Taken together, the results via MR and evaluation of common biological processes between both proteins associated with liver disease and from the complement regulatory network demonstrate that certain complement components may play important roles in some non-viral liver diseases and HCC. It should be noted that genome-wide association study (GWAS) data for six liver diseases and the selection of complement components as instrument variables were from Icelanders and European ancestries retrospectively. Therefore, future studies should confirm the association using other available GWAS data from other ancestries to confirm the generalizability of the results in a wider population with different ethnic backgrounds. Furthermore, some of the associations identified between complement proteins and liver diseases through the IVW method were not confirmed via WM. This implies that the associations lack consistency across all studies, displaying significant heterogeneity. It underscores the necessity of conducting additional studies to validate these findings. There may be mediators, such as diseases or conditions like oxidative stress or cytokines and chemokines [
20] affecting the association between complement proteins and liver diseases, and they need to be considered when adjusting the demonstrated associations.

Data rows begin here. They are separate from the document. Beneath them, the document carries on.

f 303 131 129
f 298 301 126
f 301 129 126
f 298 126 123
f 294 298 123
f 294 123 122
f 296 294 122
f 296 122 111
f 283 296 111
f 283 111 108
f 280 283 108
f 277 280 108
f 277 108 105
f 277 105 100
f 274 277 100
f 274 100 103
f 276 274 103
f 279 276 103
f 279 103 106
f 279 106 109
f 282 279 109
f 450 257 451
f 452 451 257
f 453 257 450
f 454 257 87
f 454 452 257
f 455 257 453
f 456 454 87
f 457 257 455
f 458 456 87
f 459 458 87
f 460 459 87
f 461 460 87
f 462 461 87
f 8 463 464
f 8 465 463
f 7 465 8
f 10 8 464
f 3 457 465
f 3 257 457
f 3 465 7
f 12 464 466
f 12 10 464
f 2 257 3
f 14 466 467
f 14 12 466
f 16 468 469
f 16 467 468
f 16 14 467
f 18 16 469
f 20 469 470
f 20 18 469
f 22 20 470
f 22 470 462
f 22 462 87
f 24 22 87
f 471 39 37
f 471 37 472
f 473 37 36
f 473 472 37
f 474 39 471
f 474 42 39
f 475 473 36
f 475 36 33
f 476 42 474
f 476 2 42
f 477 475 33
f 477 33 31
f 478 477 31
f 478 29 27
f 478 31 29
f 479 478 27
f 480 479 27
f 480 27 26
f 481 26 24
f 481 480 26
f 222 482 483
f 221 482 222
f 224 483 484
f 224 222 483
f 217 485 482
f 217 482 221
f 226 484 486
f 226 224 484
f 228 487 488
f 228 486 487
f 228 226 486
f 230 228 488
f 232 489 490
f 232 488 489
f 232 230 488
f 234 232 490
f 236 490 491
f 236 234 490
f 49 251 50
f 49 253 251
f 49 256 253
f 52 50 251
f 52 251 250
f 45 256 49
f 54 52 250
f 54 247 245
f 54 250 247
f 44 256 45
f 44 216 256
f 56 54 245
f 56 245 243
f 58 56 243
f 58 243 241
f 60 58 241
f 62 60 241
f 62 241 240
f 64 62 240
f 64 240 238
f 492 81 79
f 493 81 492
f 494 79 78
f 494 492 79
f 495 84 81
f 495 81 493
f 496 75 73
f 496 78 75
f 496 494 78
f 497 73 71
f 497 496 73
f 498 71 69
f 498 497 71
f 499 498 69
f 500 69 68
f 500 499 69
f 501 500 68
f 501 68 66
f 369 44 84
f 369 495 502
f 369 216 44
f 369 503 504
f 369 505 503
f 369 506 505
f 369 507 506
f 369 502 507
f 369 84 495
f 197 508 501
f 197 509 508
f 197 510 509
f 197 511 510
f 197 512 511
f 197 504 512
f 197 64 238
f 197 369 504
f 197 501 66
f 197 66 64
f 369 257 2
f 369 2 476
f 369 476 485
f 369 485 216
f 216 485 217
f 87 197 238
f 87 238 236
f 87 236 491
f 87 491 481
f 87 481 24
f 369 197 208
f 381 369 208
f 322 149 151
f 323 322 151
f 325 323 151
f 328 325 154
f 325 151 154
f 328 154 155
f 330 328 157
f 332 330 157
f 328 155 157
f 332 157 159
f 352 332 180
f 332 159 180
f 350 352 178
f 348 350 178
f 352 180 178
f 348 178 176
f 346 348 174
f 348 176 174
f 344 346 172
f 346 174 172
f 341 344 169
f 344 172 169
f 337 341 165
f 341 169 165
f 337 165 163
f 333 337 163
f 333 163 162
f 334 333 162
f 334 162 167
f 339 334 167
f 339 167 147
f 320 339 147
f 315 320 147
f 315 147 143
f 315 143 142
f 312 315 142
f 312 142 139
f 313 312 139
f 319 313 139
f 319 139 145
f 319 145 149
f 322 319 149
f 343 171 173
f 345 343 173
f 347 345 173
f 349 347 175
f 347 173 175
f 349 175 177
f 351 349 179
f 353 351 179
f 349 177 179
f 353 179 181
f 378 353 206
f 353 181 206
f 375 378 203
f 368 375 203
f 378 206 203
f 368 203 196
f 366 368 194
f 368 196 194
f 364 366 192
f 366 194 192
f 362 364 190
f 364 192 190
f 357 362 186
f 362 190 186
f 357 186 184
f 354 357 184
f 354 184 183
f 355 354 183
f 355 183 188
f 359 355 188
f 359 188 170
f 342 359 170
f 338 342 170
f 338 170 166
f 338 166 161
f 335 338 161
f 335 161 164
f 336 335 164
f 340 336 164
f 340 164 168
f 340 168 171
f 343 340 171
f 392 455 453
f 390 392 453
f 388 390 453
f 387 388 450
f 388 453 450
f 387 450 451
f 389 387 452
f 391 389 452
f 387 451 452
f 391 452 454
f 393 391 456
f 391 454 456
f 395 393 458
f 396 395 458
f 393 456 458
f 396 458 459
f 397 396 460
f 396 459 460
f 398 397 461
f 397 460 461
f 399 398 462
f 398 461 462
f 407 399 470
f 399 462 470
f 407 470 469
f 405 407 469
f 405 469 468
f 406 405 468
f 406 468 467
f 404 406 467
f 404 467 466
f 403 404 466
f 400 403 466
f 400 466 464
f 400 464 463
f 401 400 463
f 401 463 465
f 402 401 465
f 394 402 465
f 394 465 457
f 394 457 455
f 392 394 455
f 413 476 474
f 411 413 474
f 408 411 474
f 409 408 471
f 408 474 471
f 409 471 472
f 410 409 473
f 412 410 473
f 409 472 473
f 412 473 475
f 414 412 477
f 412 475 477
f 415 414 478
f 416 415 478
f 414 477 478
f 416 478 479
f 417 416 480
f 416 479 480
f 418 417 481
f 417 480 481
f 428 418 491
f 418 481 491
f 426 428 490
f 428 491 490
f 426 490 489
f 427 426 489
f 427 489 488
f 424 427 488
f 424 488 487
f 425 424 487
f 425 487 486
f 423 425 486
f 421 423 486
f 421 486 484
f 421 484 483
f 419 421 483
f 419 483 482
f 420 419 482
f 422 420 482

With a drug repositioning approach, the study has attempted to propose that the identified association between complement proteins and some non-viral diseases can have clinical utility. Although the authors provided some experimental and clinical evidence for each identified drug, no hospital cohort data or clinical trials specifically validated the findings of this study or the utility of these identified drugs. On the other hand, although the authors provided some common biological processes that both liver disease-associated proteins and proteins from the complement regulatory network are involved in, information specifically related to complement deregulation from immunological mechanisms is still limited, and more studies are needed to shed light on the mechanisms involved for possible different effects of the complement system on non-viral diseases. While this study hypothetically provides an opportunity for a better understanding of the direction in identifying novel therapeutics, it could be considered an exploratory analysis, and there is certainly a need for extensive preclinical and clinical studies to assess the potential of a drug for an earlier phase clinical trial.